Dietary GSPs inhibit the growth of lung tumor xenografts in athymic nude mice when the GSPs are provided in the diet before implantation of the lung tumor cells. As we have found that treatment of NSCLC cells with GSPs inhibited the growth or proliferation of these cells in vitro, we sought to determine whether dietary administration of GSPs inhibits the growth of NSCLC tumor cells in vivo. Two NSCLC cell lines, A549 (adenocarcinoma) and H1299 (large cell carcinoma), were used in these experiments. In this experiment, the cells were grown as xenografts in nude mice that had been fed a diet supplemented with GSPs for at least 10 days before injection of the tumor cells. The mice were provided the AIN76A control diet alone or the same diet supplemented with three different doses of GSPs (0.1%, 0.2%, or 0.5%, w/w). The average body weights of the GSP-treated and control mice were comparable throughout the duration of the experiment (Fig. 2A). Similarly, there were no significant differences in the daily consumption of diet and drinking water by the mice among the different groups (data not shown) and the mice that were given GSPs in their diet did not exhibit any physical sign of toxicity. These data provide an indication that administration of GSPs in the diet at the concentrations used in these studies is not associated with gross toxicity.

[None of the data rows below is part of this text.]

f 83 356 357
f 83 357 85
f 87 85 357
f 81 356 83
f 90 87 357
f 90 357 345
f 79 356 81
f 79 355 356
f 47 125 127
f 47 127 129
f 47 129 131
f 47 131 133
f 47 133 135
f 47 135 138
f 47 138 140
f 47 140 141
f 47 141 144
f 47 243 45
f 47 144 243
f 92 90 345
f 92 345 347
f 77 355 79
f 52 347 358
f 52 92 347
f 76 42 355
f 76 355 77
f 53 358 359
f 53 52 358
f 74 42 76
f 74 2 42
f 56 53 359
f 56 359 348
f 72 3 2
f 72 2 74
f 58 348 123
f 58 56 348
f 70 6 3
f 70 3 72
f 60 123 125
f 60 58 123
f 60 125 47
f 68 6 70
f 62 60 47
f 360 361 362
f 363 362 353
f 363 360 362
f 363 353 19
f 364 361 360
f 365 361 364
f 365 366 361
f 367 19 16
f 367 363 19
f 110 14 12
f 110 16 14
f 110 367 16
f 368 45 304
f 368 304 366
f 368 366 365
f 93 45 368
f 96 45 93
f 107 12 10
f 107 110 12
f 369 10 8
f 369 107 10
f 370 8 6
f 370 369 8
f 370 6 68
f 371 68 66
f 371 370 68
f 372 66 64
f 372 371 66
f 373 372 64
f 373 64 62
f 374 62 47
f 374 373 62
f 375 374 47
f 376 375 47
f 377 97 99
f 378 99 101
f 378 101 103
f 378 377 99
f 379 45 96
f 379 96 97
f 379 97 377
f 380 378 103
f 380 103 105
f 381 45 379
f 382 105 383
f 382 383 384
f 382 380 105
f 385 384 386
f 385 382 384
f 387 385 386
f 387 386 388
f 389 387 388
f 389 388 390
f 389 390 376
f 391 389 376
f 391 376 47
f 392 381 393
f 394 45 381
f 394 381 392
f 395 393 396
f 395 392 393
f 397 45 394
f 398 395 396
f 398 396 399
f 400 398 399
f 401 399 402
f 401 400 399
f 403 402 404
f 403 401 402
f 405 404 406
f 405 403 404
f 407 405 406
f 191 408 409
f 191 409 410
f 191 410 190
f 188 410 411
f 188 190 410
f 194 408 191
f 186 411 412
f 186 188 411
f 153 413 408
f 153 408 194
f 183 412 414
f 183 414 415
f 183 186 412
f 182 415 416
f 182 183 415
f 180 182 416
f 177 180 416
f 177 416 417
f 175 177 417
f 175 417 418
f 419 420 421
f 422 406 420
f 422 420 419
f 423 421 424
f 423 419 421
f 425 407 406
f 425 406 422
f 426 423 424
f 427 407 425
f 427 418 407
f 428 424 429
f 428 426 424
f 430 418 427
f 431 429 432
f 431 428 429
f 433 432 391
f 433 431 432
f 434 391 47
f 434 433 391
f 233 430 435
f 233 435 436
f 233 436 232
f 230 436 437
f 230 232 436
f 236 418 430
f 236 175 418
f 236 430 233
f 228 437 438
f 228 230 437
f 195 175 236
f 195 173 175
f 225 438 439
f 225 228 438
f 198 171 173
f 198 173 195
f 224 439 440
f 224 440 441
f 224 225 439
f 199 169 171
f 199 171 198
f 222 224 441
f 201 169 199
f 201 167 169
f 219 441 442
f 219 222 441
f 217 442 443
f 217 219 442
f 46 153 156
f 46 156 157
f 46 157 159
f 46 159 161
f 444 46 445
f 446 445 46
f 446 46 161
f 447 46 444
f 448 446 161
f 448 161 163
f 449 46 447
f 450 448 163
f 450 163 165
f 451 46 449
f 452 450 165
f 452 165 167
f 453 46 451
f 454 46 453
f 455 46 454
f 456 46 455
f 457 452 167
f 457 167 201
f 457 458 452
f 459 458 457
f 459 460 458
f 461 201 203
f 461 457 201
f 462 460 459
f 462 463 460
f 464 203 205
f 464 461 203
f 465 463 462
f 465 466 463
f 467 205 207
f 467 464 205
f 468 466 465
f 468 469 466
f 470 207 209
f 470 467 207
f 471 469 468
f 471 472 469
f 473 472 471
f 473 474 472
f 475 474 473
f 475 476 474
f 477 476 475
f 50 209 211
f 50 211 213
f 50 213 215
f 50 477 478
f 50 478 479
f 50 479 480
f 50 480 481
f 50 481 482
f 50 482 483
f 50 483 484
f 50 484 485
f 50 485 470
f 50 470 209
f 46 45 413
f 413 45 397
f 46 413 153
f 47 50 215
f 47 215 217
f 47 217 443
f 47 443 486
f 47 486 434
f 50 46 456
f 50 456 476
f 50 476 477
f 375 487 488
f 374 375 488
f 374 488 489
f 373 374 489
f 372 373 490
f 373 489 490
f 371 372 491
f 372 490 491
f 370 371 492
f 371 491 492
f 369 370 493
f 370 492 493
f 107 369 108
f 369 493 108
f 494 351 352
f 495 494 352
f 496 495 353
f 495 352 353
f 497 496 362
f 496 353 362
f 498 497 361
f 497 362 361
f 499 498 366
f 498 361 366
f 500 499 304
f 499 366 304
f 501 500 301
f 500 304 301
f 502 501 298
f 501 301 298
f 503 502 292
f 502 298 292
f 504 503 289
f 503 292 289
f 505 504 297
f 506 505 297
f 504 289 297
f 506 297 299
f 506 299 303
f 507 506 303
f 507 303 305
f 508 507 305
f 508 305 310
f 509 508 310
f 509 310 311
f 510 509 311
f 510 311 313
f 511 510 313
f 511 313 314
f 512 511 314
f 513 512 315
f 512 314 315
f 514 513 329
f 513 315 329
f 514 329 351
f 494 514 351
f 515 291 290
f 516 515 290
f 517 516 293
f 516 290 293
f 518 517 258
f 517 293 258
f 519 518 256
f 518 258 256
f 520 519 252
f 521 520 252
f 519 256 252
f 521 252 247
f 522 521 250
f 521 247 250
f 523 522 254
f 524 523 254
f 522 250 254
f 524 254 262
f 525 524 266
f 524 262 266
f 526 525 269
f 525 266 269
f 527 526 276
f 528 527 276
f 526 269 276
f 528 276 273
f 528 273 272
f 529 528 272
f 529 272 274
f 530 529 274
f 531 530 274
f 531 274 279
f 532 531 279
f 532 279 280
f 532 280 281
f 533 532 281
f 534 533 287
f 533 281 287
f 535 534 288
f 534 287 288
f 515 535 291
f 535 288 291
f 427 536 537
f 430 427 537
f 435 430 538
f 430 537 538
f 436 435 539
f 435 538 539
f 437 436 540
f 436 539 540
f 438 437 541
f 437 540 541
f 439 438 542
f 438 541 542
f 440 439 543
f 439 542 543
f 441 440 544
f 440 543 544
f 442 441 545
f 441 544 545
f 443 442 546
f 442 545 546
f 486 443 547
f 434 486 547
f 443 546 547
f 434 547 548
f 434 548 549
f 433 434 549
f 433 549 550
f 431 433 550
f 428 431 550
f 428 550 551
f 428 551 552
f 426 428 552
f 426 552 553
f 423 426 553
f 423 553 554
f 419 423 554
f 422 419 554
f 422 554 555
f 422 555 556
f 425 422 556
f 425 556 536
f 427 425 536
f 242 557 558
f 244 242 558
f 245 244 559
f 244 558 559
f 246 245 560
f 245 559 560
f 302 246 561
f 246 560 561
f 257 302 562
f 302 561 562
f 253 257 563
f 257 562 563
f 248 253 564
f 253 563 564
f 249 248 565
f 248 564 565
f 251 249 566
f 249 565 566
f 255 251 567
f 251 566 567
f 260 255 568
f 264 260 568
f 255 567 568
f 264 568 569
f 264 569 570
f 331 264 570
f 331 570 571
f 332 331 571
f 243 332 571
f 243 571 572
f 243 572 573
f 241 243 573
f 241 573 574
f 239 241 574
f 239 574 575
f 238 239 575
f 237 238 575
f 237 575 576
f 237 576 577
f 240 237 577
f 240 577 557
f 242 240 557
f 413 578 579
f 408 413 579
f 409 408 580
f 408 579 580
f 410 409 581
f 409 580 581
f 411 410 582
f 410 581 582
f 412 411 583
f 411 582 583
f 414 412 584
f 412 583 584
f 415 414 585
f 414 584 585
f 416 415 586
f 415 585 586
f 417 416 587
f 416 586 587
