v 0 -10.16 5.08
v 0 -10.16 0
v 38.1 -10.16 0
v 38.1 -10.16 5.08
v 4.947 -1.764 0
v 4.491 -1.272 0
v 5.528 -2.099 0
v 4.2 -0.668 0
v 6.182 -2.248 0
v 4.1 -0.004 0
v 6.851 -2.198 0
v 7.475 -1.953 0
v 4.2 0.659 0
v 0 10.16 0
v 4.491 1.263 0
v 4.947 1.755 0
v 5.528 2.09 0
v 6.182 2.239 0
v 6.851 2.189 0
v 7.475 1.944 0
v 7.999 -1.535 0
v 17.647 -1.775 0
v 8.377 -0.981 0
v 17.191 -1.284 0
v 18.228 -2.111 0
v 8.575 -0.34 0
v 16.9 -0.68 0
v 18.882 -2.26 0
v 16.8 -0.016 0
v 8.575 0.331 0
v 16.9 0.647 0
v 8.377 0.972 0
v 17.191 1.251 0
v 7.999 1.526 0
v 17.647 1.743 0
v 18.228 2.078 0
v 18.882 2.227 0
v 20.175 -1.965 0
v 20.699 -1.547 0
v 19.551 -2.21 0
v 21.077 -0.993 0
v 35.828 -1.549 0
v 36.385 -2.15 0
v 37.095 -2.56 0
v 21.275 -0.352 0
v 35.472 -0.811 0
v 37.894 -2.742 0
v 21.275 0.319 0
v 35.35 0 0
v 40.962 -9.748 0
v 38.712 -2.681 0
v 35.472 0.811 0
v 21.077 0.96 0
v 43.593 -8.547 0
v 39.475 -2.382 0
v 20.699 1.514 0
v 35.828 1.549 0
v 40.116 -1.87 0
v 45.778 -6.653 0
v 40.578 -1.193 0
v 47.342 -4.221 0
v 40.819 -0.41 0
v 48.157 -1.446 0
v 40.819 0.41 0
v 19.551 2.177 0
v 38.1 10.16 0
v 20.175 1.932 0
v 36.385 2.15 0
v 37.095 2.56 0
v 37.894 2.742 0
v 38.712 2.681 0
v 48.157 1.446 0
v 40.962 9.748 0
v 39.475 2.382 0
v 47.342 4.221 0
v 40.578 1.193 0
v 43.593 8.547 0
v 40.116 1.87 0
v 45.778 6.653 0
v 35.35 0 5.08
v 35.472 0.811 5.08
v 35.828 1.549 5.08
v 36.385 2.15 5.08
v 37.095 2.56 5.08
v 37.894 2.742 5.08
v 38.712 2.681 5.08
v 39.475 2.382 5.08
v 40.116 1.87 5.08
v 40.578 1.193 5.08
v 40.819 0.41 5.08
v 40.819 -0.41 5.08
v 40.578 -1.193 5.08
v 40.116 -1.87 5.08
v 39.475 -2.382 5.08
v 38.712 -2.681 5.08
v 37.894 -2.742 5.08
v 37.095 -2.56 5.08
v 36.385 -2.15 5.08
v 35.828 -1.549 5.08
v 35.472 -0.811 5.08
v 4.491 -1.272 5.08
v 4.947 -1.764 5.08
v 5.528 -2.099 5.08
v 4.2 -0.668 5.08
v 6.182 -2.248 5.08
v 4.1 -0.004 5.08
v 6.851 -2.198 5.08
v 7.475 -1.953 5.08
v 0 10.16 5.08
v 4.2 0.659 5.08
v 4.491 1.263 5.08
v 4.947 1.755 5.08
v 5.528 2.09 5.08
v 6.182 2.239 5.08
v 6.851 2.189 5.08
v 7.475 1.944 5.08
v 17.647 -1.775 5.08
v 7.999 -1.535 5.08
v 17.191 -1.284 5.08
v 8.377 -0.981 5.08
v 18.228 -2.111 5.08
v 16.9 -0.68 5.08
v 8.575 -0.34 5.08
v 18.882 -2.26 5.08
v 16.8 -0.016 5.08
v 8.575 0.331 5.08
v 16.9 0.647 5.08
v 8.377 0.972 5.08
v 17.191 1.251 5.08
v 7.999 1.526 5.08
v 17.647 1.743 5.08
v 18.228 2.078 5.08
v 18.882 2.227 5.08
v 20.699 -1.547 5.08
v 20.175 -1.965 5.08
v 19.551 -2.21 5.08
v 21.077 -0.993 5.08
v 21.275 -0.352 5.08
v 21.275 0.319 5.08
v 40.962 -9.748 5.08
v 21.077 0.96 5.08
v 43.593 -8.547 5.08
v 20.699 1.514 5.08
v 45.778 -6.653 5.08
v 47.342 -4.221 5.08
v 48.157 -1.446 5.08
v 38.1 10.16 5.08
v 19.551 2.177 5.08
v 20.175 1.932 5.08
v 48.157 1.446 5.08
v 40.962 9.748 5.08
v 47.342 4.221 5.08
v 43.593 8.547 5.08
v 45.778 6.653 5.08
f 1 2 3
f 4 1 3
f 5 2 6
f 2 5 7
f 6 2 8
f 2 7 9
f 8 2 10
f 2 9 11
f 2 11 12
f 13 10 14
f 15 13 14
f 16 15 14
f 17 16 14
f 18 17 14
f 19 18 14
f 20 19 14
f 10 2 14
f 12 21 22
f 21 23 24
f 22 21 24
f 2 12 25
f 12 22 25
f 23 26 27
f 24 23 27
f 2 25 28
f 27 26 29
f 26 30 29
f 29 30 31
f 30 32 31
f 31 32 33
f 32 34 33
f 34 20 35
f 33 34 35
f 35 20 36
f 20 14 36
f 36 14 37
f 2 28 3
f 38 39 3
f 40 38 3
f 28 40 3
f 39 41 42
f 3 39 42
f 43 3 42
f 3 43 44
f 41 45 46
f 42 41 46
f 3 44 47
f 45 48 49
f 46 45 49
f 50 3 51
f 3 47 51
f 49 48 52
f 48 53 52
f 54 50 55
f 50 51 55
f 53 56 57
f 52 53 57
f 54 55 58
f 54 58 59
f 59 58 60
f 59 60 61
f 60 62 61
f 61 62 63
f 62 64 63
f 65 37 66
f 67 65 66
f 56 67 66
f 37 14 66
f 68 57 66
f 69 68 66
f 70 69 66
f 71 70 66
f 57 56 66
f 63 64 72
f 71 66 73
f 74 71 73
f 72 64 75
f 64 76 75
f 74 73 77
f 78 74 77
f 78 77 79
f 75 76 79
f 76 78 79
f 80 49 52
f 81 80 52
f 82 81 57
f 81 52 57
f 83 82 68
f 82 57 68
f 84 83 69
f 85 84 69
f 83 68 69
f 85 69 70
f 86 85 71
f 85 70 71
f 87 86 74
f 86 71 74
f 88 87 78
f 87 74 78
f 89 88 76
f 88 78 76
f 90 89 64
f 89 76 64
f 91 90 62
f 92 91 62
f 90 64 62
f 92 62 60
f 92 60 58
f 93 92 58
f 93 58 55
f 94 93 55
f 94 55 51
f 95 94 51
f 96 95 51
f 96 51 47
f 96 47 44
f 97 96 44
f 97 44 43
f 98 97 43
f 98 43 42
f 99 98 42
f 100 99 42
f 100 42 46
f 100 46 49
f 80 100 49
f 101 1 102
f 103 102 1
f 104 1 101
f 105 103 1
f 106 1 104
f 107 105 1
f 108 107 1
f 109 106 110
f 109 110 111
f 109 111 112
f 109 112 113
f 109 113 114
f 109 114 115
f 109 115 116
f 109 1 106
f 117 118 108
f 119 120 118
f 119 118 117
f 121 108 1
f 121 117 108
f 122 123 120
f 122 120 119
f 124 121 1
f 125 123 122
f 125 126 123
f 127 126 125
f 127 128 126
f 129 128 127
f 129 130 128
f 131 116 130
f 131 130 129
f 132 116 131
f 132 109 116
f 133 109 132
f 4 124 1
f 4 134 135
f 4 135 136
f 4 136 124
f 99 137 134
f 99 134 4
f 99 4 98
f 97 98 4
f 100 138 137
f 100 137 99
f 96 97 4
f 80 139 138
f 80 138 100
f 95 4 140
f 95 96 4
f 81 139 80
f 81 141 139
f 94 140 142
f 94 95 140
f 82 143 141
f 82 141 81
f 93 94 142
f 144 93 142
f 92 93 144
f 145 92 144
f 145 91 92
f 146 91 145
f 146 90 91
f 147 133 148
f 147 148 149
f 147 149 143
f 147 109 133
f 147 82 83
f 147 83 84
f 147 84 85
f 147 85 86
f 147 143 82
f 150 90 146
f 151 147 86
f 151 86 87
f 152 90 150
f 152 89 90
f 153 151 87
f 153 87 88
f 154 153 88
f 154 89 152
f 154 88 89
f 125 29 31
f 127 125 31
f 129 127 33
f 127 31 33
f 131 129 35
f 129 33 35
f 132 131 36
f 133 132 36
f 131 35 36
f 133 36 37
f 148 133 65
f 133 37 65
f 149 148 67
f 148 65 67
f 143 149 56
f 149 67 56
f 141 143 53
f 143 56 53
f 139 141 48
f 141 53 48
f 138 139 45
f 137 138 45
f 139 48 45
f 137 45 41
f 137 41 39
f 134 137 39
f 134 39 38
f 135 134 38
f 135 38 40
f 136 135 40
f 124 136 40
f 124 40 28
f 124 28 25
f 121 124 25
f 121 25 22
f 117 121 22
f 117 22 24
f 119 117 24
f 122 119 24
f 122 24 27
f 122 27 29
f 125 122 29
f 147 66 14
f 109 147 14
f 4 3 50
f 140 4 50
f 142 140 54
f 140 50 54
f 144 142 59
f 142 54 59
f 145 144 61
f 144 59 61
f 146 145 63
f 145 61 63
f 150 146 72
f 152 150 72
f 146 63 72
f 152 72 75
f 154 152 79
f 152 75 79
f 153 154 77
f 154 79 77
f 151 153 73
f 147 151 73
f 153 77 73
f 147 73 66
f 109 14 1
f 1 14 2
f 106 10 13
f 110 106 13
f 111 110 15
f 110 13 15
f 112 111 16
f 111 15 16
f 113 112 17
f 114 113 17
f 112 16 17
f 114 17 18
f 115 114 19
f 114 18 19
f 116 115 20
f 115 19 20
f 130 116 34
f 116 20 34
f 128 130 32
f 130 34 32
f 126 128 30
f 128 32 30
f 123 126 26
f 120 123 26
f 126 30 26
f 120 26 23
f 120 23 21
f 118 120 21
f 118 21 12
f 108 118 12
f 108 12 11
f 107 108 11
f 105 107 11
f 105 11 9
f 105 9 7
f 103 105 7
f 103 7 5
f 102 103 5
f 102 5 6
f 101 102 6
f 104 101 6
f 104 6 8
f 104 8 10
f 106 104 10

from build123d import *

# Parameters (mm, degrees)
BOSS_EXTRUDE1_DEPTH  = 5.08
M5_CLEARANCE_HOLE1_D = 5.5
M4_CLEARANCE_HOLE1_D = 4.5


with BuildPart() as part:
    # Sketch1 → Boss-Extrude1 (new body)
    with BuildSketch(Plane.XY):
        with BuildLine():
            Line((0, 10.16), (0, -10.16))
            Line((0, -10.16), (38.1, -10.16))
            ThreePointArc((38.1, -10.16), (48.26, 0), (38.1, 10.16))
            Line((38.1, 10.16), (0, 10.16))
        make_face()
    extrude(amount=BOSS_EXTRUDE1_DEPTH)

    # M5 Clearance Hole1 (through all)
    with Locations(Plane.XY.offset(5.08)):
        with Locations((38.1, 0)):
            Hole(M5_CLEARANCE_HOLE1_D / 2)

    # M4 Clearance Hole1 (through all)
    with Locations(Plane.XY.offset(5.08)):
        with Locations((19.0499945, -0.016311357), (6.35, -0.00449174)):
            Hole(M4_CLEARANCE_HOLE1_D / 2)


solid = part.part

Periodic measurement of the tumor volume indicated that the average tumor growth in terms of total tumor volume per mouse was higher in the non-GSP-treated mice than the GSP-treated groups. As can be seen in Fig. 2B, in mice that received GSPs at the doses of 0.1%, 0.2%, and 0.5% in their diet, the tumor volume at the termination of the experiment was 25%, 56% (P < 0.01), and 76% (P < 0.001) less, respectively, for A549 tumor xenografts (Fig. 2B, left). A similar inhibitory effect of dietary GSPs on the growth of H1299 tumor xenograft was also observed and this inhibition was dose-dependent (30-70%; P < 0.01-0.001; Fig. 2B, right).
The experiment was terminated on the 58th day after tumor cell implantation when the mice were sacrificed, the tumors were harvested, and the wet weight of the tumor per mouse in each treatment group was recorded. As shown in Fig. 2C (left), the wet weight of the A549 xenograft tumor per mouse was significantly lower in the mice administered GSPs than in the mice that did not receive GSPs in diet. The wet weight of the A549 tumors was 37% lower (P < 0.01) in mice administered 0.2% GSPs in the diet and 60% lower (P < 0.001) in mice administered 0.5% GSPs in the diet. Administration of GSPs at the same concentrations also resulted in reduction in the wet weight of the H1299 tumor xenografts. The wet weight of the H1299 tumors was 10% lower (not significant), 33% lower (P < 0.05), and 52% lower (P < 0.01) in mice administered 0.1%, 0.2%, and 0.5% GSPs, respectively, in the diet than in the mice fed the control diet. Thus, administration of GSPs in the diet, particularly at the doses of 0.2% and 0.5%, resulted in reduced growth of both A549 and H1299 lung cancer xenografts.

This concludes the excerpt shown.